4.18 The Filer reserves the right to determine, for any distribution payment date, the number of DRIP Units that will be available for purchase under the DRIP. If the Filer determines that no DRIP Units will be available for purchase under the DRIP for a particular distribution payment date, or to the extent that the availability of DRIP Units is prorated in accordance with the terms of the DRIP, then Participants will receive the usual Cash Distribution for that distribution payment date.

4.19 A Participant may terminate its participation in the DRIP at any time by submitting a termination form to the Plan Agent, provided that a termination form received between a distribution record date and a distribution payment date will not become effective until after that distribution payment date.

4.20 Except in Alberta, Saskatchewan and New Brunswick, the distribution of DRIP Units under the DRIP cannot be made in reliance on exemptions from the Registration and Prospectus Requirements because the DRIP involves the reinvestment of distributable income and not the reinvestment of dividends, interest, earnings or surplus of the Filer.

4.21 The distribution of DRIP Units under the DRIP, other than the distribution of DRIP Units made pursuant to Optional Cash Payments during the 2005 Financial Year, can be made in reliance on exemptions from the Registration and Prospectus Requirements contained in the Legislation of Alberta, Saskatchewan and New Brunswick.

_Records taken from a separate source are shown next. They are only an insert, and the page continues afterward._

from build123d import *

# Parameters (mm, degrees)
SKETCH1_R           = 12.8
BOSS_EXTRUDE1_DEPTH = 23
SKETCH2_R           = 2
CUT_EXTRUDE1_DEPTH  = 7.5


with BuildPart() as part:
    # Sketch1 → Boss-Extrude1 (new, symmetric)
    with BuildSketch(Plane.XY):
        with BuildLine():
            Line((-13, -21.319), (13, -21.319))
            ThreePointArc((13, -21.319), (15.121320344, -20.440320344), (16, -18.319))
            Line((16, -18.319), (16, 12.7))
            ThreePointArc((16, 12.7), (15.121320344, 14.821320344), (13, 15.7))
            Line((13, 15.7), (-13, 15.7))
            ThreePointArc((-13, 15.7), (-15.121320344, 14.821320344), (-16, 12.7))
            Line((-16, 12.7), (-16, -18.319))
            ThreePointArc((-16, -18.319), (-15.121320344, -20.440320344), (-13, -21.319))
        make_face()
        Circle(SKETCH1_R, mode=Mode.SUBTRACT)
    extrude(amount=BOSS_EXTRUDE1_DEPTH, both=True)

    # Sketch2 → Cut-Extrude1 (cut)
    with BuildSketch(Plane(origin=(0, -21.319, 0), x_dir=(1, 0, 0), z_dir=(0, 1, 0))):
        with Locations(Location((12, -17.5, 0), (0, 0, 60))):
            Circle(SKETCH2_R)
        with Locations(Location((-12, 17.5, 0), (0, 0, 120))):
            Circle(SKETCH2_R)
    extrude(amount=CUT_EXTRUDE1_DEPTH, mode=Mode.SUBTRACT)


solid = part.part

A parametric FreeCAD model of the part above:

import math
import FreeCAD as App
import Part
import Sketcher

V = App.Vector

doc = App.newDocument("Part")
params = doc.addObject("Spreadsheet::Sheet", "Params")
for row, (alias, value) in enumerate([
    ("sketch1_radius", "3 mm"),
    ("sketch1_diameter", "25.6 mm"),
    ("sketch1_width", "26 mm"),
    ("pad1_length", "46 mm"),
    ("sketch2_diameter", "4 mm"),
    ("pocket1_length", "7.5 mm"),
], start=1):
    params.set(f"A{row}", alias)
    params.set(f"B{row}", "=" + value)
    params.setAlias(f"B{row}", alias)

body = doc.addObject("PartDesign::Body", "Body")

# Sketch on XY plane
sketch1 = body.newObject("Sketcher::SketchObject", "Sketch")
sketch1.AttachmentSupport = (doc.getObject("XY_Plane"), [""])
sketch1.MapMode = "FlatFace"
sketch1.addGeometry([
    Part.LineSegment(V(-13, -21.3, 0), V(13, -21.3, 0)),  # 0
    Part.ArcOfCircle(Part.Circle(V(13, -18.3, 0), V(0, 0, 1), 3), math.radians(-90), math.radians(0)),  # 1
    Part.LineSegment(V(16, -18.3, 0), V(16, 12.7, 0)),  # 2
    Part.ArcOfCircle(Part.Circle(V(13, 12.7, 0), V(0, 0, 1), 3), math.radians(0), math.radians(90)),  # 3
    Part.LineSegment(V(13, 15.7, 0), V(-13, 15.7, 0)),  # 4
    Part.ArcOfCircle(Part.Circle(V(-13, 12.7, 0), V(0, 0, 1), 3), math.radians(90), math.radians(180)),  # 5
    Part.LineSegment(V(-16, 12.7, 0), V(-16, -18.3, 0)),  # 6
    Part.ArcOfCircle(Part.Circle(V(-13, -18.3, 0), V(0, 0, 1), 3), math.radians(180), math.radians(270)),  # 7
    Part.Circle(V(0, 0, 0), V(0, 0, 1), 12.8),  # 8
], False)
sketch1.addConstraint([
    Sketcher.Constraint("Tangent", 0, 2, 1, 1),
    Sketcher.Constraint("Tangent", 1, 2, 2, 1),
    Sketcher.Constraint("Tangent", 2, 2, 3, 1),
    Sketcher.Constraint("Tangent", 3, 2, 4, 1),
    Sketcher.Constraint("Tangent", 4, 2, 5, 1),
    Sketcher.Constraint("Tangent", 5, 2, 6, 1),
    Sketcher.Constraint("Tangent", 6, 2, 7, 1),
    Sketcher.Constraint("Tangent", 7, 2, 0, 1),
    Sketcher.Constraint("Horizontal", 0),
    Sketcher.Constraint("Vertical", 2),
    Sketcher.Constraint("Horizontal", 4),
    Sketcher.Constraint("Vertical", 6),
    Sketcher.Constraint("Coincident", 8, 3, -1, 1),
    Sketcher.Constraint("Equal", 1, 3),
    Sketcher.Constraint("Equal", 3, 5),
    Sketcher.Constraint("Equal", 5, 7),
    Sketcher.Constraint("Radius", 1, 3.0),
    Sketcher.Constraint("Diameter", 8, 25.6),
    Sketcher.Constraint("DistanceX", 0, 1, 0, 2, 26.0),
    Sketcher.Constraint("DistanceX", -1, 1, 1, 3, 13.0),
    Sketcher.Constraint("DistanceY", -1, 1, 3, 3, 12.7),
    Sketcher.Constraint("DistanceY", 2, 1, 2, 2, 31.019),
])
sketch1.setExpression("Constraints[16]", "Params.sketch1_radius")
sketch1.setExpression("Constraints[17]", "Params.sketch1_diameter")
sketch1.setExpression("Constraints[18]", "Params.sketch1_width")
pad1 = body.newObject("PartDesign::Pad", "Pad")
pad1.Profile = sketch1
pad1.setExpression("Length", "Params.pad1_length")
pad1.Midplane = True

# Sketch on XZ plane
sketch2 = body.newObject("Sketcher::SketchObject", "Sketch001")
sketch2.AttachmentSupport = (doc.getObject("XZ_Plane"), [""])
sketch2.MapMode = "FlatFace"
sketch2.AttachmentOffset = App.Placement(V(0, 0, 21.319), App.Rotation())
sketch2.addGeometry([
    Part.Circle(V(12, 17.5, 0), V(0, 0, 1), 2),
    Part.Circle(V(-12, -17.5, 0), V(0, 0, 1), 2),
], False)
sketch2.addConstraint([
    Sketcher.Constraint("Equal", 0, 1),
    Sketcher.Constraint("Symmetric", 0, 3, 1, 3, -1, 1),
    Sketcher.Constraint("Diameter", 0, 4.0),
    Sketcher.Constraint("DistanceX", -1, 1, 0, 3, 12.0),
    Sketcher.Constraint("DistanceY", 1, 3, 0, 3, 35.0),
])
sketch2.setExpression("Constraints[2]", "Params.sketch2_diameter")
pocket1 = body.newObject("PartDesign::Pocket", "Pocket")
pocket1.Profile = sketch2
pocket1.setExpression("Length", "Params.pocket1_length")

doc.recompute()
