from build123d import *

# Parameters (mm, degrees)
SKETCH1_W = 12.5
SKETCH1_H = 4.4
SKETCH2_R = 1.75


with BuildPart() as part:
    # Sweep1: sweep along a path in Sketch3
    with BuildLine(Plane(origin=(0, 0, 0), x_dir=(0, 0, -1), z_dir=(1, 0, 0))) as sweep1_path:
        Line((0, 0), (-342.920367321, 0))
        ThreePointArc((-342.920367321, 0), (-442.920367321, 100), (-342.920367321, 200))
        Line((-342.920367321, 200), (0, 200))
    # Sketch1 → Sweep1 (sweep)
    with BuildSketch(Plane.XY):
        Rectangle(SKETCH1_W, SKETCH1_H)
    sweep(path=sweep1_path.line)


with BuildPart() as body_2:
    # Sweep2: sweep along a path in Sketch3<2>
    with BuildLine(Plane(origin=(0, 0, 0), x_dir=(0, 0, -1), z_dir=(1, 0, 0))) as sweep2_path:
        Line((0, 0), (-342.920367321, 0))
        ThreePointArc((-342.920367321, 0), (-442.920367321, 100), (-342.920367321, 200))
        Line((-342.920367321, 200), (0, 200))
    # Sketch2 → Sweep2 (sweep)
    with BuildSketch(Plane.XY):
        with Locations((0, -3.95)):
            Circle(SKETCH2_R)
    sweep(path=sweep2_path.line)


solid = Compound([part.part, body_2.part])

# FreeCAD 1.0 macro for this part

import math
import FreeCAD as App
import Part
import Sketcher
from FreeCAD import Vector
Q = App.Units.Quantity


def add_polygon(sketch, points):
    """Adds a closed chain of lines whose ends are joined by coincident constraints."""
    first, n = sketch.GeometryCount, len(points)
    for a, b in zip(points, points[1:] + points[:1]):
        sketch.addGeometry(Part.LineSegment(App.Vector(*a, 0), App.Vector(*b, 0)), False)
    for i in range(n):
        sketch.addConstraint(Sketcher.Constraint("Coincident", first + i, 2, first + (i + 1) % n, 1))

doc = App.newDocument("Part")
body = doc.addObject("PartDesign::Body", "Body")

# Sketch on XY plane
sketch1 = body.newObject("Sketcher::SketchObject", "Sketch")
sketch1.AttachmentSupport = (doc.getObject("XY_Plane"), [""])
sketch1.MapMode = "FlatFace"
add_polygon(sketch1, [(-6.25, 2.2), (-6.25, -2.2), (6.25, -2.2), (6.25, 2.2)])  # lines 0-3
sketch1.addConstraint([
    Sketcher.Constraint("Vertical", 0),
    Sketcher.Constraint("Horizontal", 1),
    Sketcher.Constraint("Vertical", 2),
    Sketcher.Constraint("Horizontal", 3),
    Sketcher.Constraint("Symmetric", 0, 2, 2, 2, -1, 1),
    Sketcher.Constraint("DistanceX", 1, 1, 1, 2, Q("12.5 mm")),
    Sketcher.Constraint("DistanceY", 0, 2, 0, 1, Q("4.4 mm")),
])

# Sketch on YZ plane
sketch2 = body.newObject("Sketcher::SketchObject", "Sketch001")
sketch2.AttachmentSupport = (doc.getObject("YZ_Plane"), [""])
sketch2.MapMode = "FlatFace"
sketch2.addGeometry([
    Part.LineSegment(Vector(0, 0, 0), Vector(0, 342.920367, 0)),
    Part.ArcOfCircle(Part.Circle(Vector(100, 342.920367, 0), Vector(0, 0, 1), 100), math.radians(0), math.radians(180)),
    Part.LineSegment(Vector(200, 342.920367, 0), Vector(200, 0, 0)),
], False)
sketch2.addConstraint([
    Sketcher.Constraint("Tangent", 0, 2, 1, 2),
    Sketcher.Constraint("Tangent", 1, 1, 2, 1),
    Sketcher.Constraint("Vertical", 0),
    Sketcher.Constraint("Vertical", 2),
    Sketcher.Constraint("Coincident", 0, 1, -1, 1),
    Sketcher.Constraint("PointOnObject", 2, 2, -1),
    Sketcher.Constraint("Radius", 1, Q("100 mm")),
    Sketcher.Constraint("DistanceY", 0, 1, 0, 2, Q("342.920367 mm")),
])
doc.recompute()

additivepipe = body.newObject("PartDesign::AdditivePipe", "AdditivePipe")
additivepipe.Profile = sketch1
additivepipe.Spine = (sketch2, ["Edge1", "Edge2", "Edge3"])
body2 = doc.addObject("PartDesign::Body", "Body001")

# Sketch on XY plane
sketch3 = body2.newObject("Sketcher::SketchObject", "Sketch002")
sketch3.AttachmentSupport = (doc.getObject("XY_Plane001"), [""])
sketch3.MapMode = "FlatFace"
sketch3.addGeometry(Part.Circle(Vector(0, -3.95, 0), Vector(0, 0, 1), 1.75), False)
sketch3.addConstraint([
    Sketcher.Constraint("PointOnObject", 0, 3, -2),
    Sketcher.Constraint("Diameter", 0, Q("3.5 mm")),
    Sketcher.Constraint("DistanceY", 0, 3, -1, 1, Q("3.95 mm")),
])

# Sketch on YZ plane
sketch4 = body2.newObject("Sketcher::SketchObject", "Sketch003")
sketch4.AttachmentSupport = (doc.getObject("YZ_Plane001"), [""])
sketch4.MapMode = "FlatFace"
sketch4.addGeometry([
    Part.LineSegment(Vector(0, 0, 0), Vector(0, 342.920367, 0)),
    Part.ArcOfCircle(Part.Circle(Vector(100, 342.920367, 0), Vector(0, 0, 1), 100), math.radians(0), math.radians(180)),
    Part.LineSegment(Vector(200, 342.920367, 0), Vector(200, 0, 0)),
], False)
sketch4.addConstraint([
    Sketcher.Constraint("Tangent", 0, 2, 1, 2),
    Sketcher.Constraint("Tangent", 1, 1, 2, 1),
    Sketcher.Constraint("Vertical", 0),
    Sketcher.Constraint("Vertical", 2),
    Sketcher.Constraint("Coincident", 0, 1, -1, 1),
    Sketcher.Constraint("PointOnObject", 2, 2, -1),
    Sketcher.Constraint("Radius", 1, Q("100 mm")),
    Sketcher.Constraint("DistanceY", 0, 1, 0, 2, Q("342.920367 mm")),
])
doc.recompute()

additivepipe2 = body2.newObject("PartDesign::AdditivePipe", "AdditivePipe001")
additivepipe2.Profile = sketch3
additivepipe2.Spine = (sketch4, ["Edge1", "Edge2", "Edge3"])

doc.recompute()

4.22 The distribution of the DRIP Units pursuant to Optional Cash Payments made during the 2005 Financial Year cannot be made in reliance on exemptions from the Registration and Prospectus Requirements contained in the Legislation of Alberta, Saskatchewan and New Brunswick because those exemptions restrict the aggregate number of securities issued pursuant to optional cash payments to not more than 2% of the issued and outstanding securities as at the commencement of each financial year. As the Filer only had one Trust Unit issued and outstanding at the commencement of the 2005 Financial Year, the Filer would only be able to issue 2% of one DRIP Unit pursuant to Optional Cash Payments made during the 2005 Financial Year in reliance on those exemptions.

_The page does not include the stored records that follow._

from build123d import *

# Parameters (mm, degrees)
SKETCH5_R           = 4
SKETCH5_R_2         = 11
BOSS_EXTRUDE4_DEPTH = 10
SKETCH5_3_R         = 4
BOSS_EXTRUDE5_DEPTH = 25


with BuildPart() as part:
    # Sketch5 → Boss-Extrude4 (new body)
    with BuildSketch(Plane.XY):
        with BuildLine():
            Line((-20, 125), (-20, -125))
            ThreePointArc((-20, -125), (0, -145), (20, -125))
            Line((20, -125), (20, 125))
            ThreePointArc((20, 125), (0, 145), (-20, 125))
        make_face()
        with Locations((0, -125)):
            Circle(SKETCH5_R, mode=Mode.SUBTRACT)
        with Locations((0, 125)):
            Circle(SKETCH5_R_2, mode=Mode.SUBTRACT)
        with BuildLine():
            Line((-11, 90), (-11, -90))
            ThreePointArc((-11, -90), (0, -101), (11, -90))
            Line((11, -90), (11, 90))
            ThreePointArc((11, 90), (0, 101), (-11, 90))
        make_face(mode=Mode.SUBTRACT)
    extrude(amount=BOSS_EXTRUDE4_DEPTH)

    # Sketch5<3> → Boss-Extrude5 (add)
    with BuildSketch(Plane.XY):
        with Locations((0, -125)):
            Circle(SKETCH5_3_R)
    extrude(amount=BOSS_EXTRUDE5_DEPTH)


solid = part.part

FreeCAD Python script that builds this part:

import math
import FreeCAD as App
import Part
import Sketcher
from FreeCAD import Vector

doc = App.newDocument("Part")
body = doc.addObject("PartDesign::Body", "Body")

sketch1 = body.newObject("Sketcher::SketchObject", "Sketch")
sketch1.AttachmentSupport = (doc.getObject("XY_Plane"), [""])
sketch1.MapMode = "FlatFace"
sketch1.addGeometry([
    Part.LineSegment(Vector(-20, 125, 0), Vector(-20, -125, 0)),
    Part.ArcOfCircle(Part.Circle(Vector(0, -125, 0), Vector(0, 0, 1), 20), math.radians(180), math.radians(360)),
    Part.LineSegment(Vector(20, -125, 0), Vector(20, 125, 0)),
    Part.ArcOfCircle(Part.Circle(Vector(0, 125, 0), Vector(0, 0, 1), 20), math.radians(0), math.radians(180)),
    Part.Circle(Vector(0, -125, 0), Vector(0, 0, 1), 4),
    Part.LineSegment(Vector(-11, -90, 0), Vector(-11, 90, 0)),
    Part.ArcOfCircle(Part.Circle(Vector(0, 90, 0), Vector(0, 0, 1), 11), math.radians(0), math.radians(180)),
    Part.LineSegment(Vector(11, 90, 0), Vector(11, -90, 0)),
    Part.ArcOfCircle(Part.Circle(Vector(0, -90, 0), Vector(0, 0, 1), 11), math.radians(180), math.radians(360)),
    Part.Circle(Vector(0, 125, 0), Vector(0, 0, 1), 11),
], False)
sketch1.addConstraint([
    Sketcher.Constraint("Tangent", 0, 2, 1, 1),
    Sketcher.Constraint("Tangent", 1, 2, 2, 1),
    Sketcher.Constraint("Tangent", 2, 2, 3, 1),
    Sketcher.Constraint("Tangent", 3, 2, 0, 1),
    Sketcher.Constraint("Tangent", 5, 2, 6, 2),
    Sketcher.Constraint("Tangent", 6, 1, 7, 1),
    Sketcher.Constraint("Tangent", 7, 2, 8, 2),
    Sketcher.Constraint("Tangent", 8, 1, 5, 1),
    Sketcher.Constraint("Vertical", 0),
    Sketcher.Constraint("Vertical", 2),
    Sketcher.Constraint("Vertical", 5),
    Sketcher.Constraint("Vertical", 7),
    Sketcher.Constraint("Coincident", 4, 3, 1, 3),
    Sketcher.Constraint("Coincident", 9, 3, 3, 3),
    Sketcher.Constraint("Equal", 8, 9),
    Sketcher.Constraint("Symmetric", 1, 3, 3, 3, -1, 1),
    Sketcher.Constraint("Symmetric", 6, 3, 8, 3, -1, 1),
    Sketcher.Constraint("Diameter", 4, 8.0),
    Sketcher.Constraint("Diameter", 9, 22.0),
    Sketcher.Constraint("Radius", 1, 20.0),
    Sketcher.Constraint("DistanceY", 0, 2, 0, 1, 250.0),
    Sketcher.Constraint("DistanceY", 5, 1, 5, 2, 180.0),
])
pad1 = body.newObject("PartDesign::Pad", "Pad")
pad1.Profile = sketch1
pad1.Length = 10

sketch2 = body.newObject("Sketcher::SketchObject", "Sketch001")
sketch2.AttachmentSupport = (doc.getObject("XY_Plane"), [""])
sketch2.MapMode = "FlatFace"
sketch2.addGeometry(Part.Circle(Vector(0, -125, 0), Vector(0, 0, 1), 4), False)
sketch2.addConstraint([
    Sketcher.Constraint("PointOnObject", 0, 3, -2),
    Sketcher.Constraint("Diameter", 0, 8.0),
    Sketcher.Constraint("DistanceY", 0, 3, -1, 1, 125.0),
])
pad2 = body.newObject("PartDesign::Pad", "Pad001")
pad2.Profile = sketch2
pad2.Length = 25

doc.recompute()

4.23 Legislation in some of the Jurisdictions provides exemptions from the Registration and Prospectus Requirements for distributions made pursuant to reinvestment plans of mutual funds. Those exemptions are unavailable to the Filer since it does not fall within the definition of "mutual fund" contained in the Legislation of the relevant Jurisdictions.

4.24 Participants in the DRIP must be existing Unitholders of the Trust and as such have either received their Trust Units pursuant to the Arrangement or purchased the Trust Units through an exchange recognized by the securities regulatory authorities. Unitholders who received their Trust Units pursuant to the Arrangement received a copy of the information circular regarding the Arrangement, which provided prospectus level disclosure with respect to the Trust and the Trust Units. In addition, as the Trust is a reporting issuer and is subject to continuous disclosure requirements in certain of the Jurisdictions, disclosure with respect to the Trust is publicly available on SEDAR at www.sedar.com. As a result, all Unitholders have access to the information required to be filed pursuant to the Legislation for a reporting issuer.

Decision

5. Each of the Decision Makers is satisfied that the test contained in the Legislation that provides the Decision Maker with the jurisdiction to make the decision has been met.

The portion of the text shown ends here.